# [Input records]

▼▼▼

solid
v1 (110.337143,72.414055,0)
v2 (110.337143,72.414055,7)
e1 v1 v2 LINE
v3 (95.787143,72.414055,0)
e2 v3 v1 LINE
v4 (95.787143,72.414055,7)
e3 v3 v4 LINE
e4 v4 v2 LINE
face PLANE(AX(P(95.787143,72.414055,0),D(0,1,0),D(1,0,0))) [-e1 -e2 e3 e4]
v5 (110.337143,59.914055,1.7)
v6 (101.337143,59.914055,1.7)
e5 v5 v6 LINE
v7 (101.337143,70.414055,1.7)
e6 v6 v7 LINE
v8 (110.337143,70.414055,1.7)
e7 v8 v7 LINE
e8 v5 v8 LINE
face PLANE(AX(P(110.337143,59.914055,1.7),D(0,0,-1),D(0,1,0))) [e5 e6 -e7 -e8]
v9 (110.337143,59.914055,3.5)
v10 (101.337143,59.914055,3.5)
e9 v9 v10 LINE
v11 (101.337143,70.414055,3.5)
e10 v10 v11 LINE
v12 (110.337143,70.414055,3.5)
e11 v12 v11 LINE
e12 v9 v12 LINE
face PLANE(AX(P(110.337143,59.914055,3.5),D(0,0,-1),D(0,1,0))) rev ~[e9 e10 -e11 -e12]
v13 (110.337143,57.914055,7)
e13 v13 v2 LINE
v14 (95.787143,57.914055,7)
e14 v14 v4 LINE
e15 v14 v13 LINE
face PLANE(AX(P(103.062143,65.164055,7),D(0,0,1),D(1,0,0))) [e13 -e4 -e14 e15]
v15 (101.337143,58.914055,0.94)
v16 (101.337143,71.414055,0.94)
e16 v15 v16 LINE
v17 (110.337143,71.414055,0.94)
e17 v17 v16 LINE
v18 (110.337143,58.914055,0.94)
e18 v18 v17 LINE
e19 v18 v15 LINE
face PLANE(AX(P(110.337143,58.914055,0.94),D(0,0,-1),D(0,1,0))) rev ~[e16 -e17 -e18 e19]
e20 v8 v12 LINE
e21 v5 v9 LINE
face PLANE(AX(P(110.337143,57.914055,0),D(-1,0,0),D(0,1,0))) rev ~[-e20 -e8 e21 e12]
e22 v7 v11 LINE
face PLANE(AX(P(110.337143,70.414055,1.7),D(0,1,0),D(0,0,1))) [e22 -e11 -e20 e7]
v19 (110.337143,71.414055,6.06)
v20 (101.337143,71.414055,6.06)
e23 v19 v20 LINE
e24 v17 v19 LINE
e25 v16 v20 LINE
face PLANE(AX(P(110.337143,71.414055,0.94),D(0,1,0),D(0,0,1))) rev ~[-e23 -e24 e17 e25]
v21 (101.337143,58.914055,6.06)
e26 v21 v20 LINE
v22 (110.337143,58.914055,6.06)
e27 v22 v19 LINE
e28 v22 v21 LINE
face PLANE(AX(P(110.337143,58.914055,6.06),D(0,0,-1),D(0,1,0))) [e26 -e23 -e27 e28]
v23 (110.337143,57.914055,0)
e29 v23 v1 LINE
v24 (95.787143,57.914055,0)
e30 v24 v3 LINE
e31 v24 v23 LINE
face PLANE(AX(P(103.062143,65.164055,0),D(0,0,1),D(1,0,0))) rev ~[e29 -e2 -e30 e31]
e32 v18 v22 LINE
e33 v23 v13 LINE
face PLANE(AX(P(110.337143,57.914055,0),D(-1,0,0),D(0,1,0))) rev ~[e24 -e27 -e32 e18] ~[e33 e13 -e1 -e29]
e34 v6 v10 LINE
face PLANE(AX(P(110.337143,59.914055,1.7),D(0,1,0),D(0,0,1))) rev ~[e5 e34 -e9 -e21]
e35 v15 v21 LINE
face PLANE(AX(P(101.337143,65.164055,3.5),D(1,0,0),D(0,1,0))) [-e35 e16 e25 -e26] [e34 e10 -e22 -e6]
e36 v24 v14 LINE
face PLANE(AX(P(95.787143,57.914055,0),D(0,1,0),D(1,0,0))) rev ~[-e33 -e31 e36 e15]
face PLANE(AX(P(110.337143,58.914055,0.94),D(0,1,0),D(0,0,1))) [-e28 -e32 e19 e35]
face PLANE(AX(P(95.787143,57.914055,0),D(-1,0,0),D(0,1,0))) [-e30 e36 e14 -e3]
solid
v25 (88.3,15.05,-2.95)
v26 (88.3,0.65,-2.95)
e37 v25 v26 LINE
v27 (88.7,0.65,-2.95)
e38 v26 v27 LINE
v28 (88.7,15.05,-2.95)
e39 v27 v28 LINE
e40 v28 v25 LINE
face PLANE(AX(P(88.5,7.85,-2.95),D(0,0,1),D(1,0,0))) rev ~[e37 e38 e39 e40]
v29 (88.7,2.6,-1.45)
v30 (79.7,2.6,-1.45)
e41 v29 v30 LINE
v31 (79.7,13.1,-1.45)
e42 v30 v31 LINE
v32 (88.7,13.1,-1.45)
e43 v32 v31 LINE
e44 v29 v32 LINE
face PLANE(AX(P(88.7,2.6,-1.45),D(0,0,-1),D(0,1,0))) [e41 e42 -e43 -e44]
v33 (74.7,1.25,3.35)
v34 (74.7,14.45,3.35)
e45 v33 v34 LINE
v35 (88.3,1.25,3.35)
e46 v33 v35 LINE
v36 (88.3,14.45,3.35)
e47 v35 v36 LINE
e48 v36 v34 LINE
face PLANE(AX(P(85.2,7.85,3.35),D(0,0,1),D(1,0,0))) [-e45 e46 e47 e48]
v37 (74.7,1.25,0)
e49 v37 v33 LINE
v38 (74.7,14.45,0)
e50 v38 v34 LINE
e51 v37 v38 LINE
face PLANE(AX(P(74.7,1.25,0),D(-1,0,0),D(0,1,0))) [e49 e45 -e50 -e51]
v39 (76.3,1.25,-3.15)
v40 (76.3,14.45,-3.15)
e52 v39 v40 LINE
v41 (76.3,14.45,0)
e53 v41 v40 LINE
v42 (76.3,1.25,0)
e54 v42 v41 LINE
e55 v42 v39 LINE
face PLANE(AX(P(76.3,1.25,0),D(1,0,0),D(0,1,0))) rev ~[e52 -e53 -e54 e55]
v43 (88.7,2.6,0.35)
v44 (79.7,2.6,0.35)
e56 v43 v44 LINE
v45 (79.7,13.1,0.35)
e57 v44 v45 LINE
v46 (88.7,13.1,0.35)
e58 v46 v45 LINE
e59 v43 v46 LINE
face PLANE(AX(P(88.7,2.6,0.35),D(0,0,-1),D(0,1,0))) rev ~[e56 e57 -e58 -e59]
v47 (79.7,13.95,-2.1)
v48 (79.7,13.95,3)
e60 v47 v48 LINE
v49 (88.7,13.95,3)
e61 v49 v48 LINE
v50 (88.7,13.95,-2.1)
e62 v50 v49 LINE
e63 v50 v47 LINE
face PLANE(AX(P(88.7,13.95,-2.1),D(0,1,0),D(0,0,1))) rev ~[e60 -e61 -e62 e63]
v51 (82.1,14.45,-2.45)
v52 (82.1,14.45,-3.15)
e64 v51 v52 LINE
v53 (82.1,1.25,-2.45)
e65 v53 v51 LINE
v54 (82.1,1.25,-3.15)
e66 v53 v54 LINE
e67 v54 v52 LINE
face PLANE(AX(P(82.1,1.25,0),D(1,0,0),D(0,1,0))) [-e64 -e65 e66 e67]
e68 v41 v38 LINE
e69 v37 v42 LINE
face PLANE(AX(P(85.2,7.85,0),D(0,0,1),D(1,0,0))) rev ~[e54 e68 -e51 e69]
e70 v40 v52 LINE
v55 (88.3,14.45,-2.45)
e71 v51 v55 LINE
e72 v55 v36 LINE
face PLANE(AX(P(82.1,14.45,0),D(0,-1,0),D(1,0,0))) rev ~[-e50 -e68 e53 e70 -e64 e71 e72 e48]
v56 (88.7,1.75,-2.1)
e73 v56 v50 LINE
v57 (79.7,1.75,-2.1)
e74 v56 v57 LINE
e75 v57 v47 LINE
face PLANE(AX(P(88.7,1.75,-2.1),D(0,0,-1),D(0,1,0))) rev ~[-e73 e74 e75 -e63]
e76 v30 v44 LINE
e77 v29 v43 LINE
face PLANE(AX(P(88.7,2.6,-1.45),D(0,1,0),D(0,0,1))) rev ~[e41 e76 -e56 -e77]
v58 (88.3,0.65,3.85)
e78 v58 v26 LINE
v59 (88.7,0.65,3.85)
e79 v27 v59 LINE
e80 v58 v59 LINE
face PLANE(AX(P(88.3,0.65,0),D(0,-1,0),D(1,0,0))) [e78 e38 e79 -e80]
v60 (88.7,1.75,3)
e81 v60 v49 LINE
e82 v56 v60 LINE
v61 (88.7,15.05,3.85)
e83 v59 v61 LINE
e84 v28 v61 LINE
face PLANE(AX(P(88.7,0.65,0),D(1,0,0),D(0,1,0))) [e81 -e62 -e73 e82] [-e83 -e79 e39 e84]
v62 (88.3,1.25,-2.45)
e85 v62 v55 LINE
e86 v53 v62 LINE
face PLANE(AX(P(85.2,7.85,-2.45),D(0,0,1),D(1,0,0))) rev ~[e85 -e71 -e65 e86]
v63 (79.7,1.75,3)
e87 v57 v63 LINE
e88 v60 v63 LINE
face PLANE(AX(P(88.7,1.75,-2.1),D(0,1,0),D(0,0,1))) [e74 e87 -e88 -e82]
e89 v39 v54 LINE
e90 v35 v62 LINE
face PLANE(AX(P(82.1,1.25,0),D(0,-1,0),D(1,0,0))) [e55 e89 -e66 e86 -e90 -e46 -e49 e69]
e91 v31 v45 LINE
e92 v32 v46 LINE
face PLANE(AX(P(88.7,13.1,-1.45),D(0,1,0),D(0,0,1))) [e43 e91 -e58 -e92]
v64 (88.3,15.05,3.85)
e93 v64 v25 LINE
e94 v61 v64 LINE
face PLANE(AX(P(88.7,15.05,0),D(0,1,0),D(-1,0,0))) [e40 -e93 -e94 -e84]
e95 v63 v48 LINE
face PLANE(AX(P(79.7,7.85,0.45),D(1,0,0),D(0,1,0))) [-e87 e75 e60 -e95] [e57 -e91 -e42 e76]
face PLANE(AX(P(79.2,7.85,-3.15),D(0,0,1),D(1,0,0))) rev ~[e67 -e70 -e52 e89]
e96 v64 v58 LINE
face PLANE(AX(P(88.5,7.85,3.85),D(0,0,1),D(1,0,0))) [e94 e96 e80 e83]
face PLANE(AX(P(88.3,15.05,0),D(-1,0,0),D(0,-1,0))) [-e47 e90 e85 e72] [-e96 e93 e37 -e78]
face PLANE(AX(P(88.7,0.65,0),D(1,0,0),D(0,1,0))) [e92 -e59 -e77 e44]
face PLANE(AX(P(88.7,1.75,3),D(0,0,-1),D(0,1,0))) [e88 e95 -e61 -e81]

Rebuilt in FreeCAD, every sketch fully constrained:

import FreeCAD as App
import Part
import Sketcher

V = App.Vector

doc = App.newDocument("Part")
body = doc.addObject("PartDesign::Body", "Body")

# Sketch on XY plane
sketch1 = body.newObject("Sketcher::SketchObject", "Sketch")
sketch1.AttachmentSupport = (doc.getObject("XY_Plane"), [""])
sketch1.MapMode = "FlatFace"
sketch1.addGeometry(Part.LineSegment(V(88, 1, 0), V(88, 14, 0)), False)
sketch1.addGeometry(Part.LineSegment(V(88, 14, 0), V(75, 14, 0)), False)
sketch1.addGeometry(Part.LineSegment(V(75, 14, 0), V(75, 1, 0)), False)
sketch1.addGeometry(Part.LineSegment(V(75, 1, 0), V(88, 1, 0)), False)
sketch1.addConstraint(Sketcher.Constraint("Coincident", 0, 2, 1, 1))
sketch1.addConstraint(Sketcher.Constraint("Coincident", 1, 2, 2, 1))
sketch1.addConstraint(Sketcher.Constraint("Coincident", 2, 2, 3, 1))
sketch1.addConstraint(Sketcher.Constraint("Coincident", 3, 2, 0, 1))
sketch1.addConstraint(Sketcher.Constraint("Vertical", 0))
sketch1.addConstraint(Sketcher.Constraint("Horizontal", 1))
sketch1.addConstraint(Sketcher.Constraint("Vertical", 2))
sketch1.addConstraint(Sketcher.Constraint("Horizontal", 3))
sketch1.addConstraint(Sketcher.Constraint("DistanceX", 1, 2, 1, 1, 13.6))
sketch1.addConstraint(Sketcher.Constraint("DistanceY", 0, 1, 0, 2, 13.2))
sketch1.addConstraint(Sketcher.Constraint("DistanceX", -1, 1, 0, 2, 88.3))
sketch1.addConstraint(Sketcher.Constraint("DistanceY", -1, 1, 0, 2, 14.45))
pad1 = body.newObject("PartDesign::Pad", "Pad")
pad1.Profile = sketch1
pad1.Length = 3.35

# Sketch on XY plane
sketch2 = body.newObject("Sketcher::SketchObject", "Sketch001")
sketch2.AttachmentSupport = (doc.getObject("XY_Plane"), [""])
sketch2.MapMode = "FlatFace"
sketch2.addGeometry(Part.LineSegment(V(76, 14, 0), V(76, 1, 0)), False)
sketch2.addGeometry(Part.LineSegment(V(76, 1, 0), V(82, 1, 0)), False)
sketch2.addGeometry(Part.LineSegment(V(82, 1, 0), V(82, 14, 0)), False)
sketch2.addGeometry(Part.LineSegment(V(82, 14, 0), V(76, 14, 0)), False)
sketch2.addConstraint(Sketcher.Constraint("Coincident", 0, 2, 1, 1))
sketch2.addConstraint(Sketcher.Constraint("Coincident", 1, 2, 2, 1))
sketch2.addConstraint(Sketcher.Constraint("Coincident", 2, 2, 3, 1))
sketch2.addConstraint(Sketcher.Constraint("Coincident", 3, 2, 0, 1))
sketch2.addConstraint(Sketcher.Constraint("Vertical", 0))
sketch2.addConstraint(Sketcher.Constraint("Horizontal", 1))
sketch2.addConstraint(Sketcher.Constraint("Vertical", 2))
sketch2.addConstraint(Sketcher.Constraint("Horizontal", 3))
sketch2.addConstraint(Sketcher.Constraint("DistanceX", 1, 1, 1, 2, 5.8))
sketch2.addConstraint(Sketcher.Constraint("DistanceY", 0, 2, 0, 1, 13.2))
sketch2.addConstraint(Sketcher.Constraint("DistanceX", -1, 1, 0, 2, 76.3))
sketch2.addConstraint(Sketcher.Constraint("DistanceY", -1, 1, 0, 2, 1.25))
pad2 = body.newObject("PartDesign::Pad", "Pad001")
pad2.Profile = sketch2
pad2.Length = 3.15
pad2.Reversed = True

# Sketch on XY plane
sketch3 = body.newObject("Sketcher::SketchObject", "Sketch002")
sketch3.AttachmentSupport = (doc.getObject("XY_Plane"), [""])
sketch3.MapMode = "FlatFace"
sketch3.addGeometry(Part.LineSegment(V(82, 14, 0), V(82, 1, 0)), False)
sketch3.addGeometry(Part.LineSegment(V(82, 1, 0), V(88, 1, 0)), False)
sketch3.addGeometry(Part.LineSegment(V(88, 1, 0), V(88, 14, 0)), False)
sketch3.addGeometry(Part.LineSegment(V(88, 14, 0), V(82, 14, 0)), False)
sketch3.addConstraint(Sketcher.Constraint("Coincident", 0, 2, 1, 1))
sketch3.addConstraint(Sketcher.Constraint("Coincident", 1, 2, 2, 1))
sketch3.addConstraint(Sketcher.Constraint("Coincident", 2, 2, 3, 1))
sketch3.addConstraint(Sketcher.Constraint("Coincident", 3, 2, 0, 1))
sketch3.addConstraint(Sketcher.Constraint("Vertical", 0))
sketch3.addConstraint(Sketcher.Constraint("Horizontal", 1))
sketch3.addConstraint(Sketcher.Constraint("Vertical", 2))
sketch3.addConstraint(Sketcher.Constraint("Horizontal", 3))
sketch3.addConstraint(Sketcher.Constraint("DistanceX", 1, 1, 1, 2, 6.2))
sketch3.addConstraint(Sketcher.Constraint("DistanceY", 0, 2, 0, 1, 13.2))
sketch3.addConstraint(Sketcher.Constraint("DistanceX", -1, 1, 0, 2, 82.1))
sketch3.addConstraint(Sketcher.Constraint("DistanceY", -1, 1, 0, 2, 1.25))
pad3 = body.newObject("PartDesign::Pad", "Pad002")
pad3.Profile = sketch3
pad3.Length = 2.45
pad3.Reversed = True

▲▲▲
▼▼▼

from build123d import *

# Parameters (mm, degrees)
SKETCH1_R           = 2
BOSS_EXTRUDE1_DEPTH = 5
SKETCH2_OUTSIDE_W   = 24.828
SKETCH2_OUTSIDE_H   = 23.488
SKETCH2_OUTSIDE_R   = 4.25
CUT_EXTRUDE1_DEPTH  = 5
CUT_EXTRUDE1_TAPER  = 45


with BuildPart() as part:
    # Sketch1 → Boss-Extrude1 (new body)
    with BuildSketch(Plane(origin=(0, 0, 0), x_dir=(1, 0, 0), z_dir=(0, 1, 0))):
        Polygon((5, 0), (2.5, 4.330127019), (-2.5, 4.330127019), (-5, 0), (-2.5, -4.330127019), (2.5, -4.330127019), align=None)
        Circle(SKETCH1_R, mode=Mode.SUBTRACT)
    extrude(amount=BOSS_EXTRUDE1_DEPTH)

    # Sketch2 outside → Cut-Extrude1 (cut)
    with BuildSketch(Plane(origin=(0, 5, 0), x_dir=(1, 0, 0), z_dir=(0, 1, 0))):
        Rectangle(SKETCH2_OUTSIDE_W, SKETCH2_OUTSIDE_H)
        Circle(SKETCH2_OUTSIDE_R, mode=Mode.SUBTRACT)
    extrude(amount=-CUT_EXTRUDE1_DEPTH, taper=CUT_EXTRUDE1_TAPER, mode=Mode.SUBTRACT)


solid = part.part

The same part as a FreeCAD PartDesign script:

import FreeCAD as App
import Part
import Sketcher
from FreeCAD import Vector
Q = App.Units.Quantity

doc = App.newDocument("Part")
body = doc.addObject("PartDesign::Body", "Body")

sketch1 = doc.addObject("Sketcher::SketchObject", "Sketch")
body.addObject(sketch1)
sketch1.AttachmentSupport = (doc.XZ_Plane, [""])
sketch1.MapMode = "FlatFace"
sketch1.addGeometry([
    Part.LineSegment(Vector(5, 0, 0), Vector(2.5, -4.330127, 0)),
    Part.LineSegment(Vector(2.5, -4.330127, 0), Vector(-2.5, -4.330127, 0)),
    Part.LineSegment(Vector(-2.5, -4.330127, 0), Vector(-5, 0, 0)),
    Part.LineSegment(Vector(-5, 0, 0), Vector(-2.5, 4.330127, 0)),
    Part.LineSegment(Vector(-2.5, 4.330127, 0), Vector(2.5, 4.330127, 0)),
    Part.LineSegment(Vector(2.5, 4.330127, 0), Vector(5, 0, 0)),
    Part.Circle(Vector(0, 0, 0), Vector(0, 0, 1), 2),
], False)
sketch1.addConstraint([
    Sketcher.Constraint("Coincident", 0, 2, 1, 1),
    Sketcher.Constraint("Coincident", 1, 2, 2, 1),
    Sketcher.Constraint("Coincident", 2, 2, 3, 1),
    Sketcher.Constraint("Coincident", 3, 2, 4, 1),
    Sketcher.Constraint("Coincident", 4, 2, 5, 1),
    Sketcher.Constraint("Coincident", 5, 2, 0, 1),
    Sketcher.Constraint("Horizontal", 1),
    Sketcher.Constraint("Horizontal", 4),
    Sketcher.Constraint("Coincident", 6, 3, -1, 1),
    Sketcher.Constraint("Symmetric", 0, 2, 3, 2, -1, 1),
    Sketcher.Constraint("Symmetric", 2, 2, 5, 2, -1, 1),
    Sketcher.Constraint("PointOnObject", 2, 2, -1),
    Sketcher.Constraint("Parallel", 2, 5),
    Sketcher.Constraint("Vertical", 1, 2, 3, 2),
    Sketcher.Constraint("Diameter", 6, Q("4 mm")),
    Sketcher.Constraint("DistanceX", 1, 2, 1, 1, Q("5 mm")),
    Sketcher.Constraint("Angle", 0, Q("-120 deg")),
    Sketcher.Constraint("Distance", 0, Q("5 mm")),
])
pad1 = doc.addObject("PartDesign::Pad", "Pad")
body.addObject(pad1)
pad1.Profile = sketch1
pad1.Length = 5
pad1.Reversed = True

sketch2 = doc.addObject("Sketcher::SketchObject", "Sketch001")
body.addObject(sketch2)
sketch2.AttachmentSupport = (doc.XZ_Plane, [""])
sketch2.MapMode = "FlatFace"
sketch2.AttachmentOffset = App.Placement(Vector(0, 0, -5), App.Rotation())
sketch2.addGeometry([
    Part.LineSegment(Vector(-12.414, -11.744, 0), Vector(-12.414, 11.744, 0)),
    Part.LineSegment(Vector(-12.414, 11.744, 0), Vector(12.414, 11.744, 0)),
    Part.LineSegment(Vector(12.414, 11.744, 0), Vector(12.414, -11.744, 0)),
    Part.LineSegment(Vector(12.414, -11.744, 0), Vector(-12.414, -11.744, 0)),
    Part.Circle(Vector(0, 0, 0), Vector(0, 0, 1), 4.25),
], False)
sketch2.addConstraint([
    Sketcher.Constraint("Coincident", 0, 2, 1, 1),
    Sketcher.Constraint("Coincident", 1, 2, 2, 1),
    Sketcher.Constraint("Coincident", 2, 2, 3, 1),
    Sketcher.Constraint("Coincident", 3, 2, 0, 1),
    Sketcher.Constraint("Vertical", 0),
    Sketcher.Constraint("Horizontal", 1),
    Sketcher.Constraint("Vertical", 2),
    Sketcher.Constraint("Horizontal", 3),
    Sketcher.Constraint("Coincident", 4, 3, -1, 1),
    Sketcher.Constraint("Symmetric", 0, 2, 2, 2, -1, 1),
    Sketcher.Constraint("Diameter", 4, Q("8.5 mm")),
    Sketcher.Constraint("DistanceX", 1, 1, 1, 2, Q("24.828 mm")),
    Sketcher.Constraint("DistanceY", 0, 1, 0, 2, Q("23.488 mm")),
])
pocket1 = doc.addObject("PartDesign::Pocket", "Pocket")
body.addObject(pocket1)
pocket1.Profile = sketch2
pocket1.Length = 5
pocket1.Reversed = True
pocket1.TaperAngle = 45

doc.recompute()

▲▲▲

Copy, from the data above, every line where the word "amount" appears.

    extrude(amount=BOSS_EXTRUDE1_DEPTH)
    extrude(amount=-CUT_EXTRUDE1_DEPTH, taper=CUT_EXTRUDE1_TAPER, mode=Mode.SUBTRACT)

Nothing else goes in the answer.